Source material:
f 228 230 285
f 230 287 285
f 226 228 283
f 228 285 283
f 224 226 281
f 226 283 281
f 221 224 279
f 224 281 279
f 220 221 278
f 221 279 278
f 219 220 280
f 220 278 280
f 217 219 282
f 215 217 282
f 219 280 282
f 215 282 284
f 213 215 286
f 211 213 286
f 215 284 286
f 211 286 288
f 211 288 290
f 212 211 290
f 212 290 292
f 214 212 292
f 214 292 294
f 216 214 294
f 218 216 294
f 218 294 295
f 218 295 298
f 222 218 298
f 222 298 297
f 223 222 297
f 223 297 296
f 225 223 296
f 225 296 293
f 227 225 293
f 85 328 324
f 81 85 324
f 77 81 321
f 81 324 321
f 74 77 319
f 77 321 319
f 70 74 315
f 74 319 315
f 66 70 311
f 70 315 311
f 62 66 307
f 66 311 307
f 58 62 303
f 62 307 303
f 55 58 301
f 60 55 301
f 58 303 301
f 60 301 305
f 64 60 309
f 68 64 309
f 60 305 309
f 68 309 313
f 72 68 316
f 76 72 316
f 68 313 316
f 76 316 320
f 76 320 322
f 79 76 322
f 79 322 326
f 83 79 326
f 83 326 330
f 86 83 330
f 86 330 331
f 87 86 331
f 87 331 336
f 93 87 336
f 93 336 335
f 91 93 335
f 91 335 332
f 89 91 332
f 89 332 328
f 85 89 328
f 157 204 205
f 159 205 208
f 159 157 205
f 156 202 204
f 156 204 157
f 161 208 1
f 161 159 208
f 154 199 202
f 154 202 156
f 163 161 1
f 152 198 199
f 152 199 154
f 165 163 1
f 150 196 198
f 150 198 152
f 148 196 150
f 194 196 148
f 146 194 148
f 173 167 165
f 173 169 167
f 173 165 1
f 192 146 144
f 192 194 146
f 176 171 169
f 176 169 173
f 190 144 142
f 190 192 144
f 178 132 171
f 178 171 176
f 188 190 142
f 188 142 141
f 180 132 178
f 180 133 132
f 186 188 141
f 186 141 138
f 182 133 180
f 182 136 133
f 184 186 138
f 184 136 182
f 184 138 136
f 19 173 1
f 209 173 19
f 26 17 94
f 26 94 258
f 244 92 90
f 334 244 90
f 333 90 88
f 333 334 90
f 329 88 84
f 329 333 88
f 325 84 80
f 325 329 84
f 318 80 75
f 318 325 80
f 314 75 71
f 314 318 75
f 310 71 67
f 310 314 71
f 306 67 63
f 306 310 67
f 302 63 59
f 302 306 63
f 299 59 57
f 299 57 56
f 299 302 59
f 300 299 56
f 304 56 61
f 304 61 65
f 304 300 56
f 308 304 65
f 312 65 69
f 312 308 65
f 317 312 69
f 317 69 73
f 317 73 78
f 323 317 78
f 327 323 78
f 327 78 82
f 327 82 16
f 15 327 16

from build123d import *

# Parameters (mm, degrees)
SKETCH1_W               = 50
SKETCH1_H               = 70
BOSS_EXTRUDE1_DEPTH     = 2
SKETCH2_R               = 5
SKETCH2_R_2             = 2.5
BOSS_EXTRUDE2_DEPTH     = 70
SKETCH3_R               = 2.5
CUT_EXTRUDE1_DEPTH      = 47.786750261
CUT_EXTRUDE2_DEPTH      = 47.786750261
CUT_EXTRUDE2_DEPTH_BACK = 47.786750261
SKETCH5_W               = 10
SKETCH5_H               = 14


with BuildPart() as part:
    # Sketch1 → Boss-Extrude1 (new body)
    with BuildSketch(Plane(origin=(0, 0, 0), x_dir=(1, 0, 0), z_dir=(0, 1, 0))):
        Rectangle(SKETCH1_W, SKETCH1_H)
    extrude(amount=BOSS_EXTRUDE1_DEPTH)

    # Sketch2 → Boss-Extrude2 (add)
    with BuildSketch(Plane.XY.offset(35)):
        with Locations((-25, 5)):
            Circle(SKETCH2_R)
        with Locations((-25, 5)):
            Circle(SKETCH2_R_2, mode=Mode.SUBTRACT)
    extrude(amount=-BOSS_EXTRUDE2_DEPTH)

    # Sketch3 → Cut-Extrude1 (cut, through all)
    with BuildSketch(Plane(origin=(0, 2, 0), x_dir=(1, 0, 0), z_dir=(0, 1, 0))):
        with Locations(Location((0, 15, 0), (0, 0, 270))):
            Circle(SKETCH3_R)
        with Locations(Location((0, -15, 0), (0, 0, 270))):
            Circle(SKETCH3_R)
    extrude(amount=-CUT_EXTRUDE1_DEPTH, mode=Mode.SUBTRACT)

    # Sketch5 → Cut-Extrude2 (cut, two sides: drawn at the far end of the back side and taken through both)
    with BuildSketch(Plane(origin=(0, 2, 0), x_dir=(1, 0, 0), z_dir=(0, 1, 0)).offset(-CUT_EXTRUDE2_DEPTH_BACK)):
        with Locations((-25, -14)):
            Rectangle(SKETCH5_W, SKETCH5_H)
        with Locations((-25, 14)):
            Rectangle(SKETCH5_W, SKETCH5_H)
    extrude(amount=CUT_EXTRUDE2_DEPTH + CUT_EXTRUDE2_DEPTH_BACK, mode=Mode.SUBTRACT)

What you need to do: Once you find the line with "f 182 136 133" above, print it and every line after it up to and including the line with "# Sketch3 →", exactly as written and nothing else.

Task solution:
f 182 136 133
f 184 186 138
f 184 136 182
f 184 138 136
f 19 173 1
f 209 173 19
f 26 17 94
f 26 94 258
f 244 92 90
f 334 244 90
f 333 90 88
f 333 334 90
f 329 88 84
f 329 333 88
f 325 84 80
f 325 329 84
f 318 80 75
f 318 325 80
f 314 75 71
f 314 318 75
f 310 71 67
f 310 314 71
f 306 67 63
f 306 310 67
f 302 63 59
f 302 306 63
f 299 59 57
f 299 57 56
f 299 302 59
f 300 299 56
f 304 56 61
f 304 61 65
f 304 300 56
f 308 304 65
f 312 65 69
f 312 308 65
f 317 312 69
f 317 69 73
f 317 73 78
f 323 317 78
f 327 323 78
f 327 78 82
f 327 82 16
f 15 327 16

from build123d import *

# Parameters (mm, degrees)
SKETCH1_W               = 50
SKETCH1_H               = 70
BOSS_EXTRUDE1_DEPTH     = 2
SKETCH2_R               = 5
SKETCH2_R_2             = 2.5
BOSS_EXTRUDE2_DEPTH     = 70
SKETCH3_R               = 2.5
CUT_EXTRUDE1_DEPTH      = 47.786750261
CUT_EXTRUDE2_DEPTH      = 47.786750261
CUT_EXTRUDE2_DEPTH_BACK = 47.786750261
SKETCH5_W               = 10
SKETCH5_H               = 14


with BuildPart() as part:
    # Sketch1 → Boss-Extrude1 (new body)
    with BuildSketch(Plane(origin=(0, 0, 0), x_dir=(1, 0, 0), z_dir=(0, 1, 0))):
        Rectangle(SKETCH1_W, SKETCH1_H)
    extrude(amount=BOSS_EXTRUDE1_DEPTH)

    # Sketch2 → Boss-Extrude2 (add)
    with BuildSketch(Plane.XY.offset(35)):
        with Locations((-25, 5)):
            Circle(SKETCH2_R)
        with Locations((-25, 5)):
            Circle(SKETCH2_R_2, mode=Mode.SUBTRACT)
    extrude(amount=-BOSS_EXTRUDE2_DEPTH)

    # Sketch3 → Cut-Extrude1 (cut, through all)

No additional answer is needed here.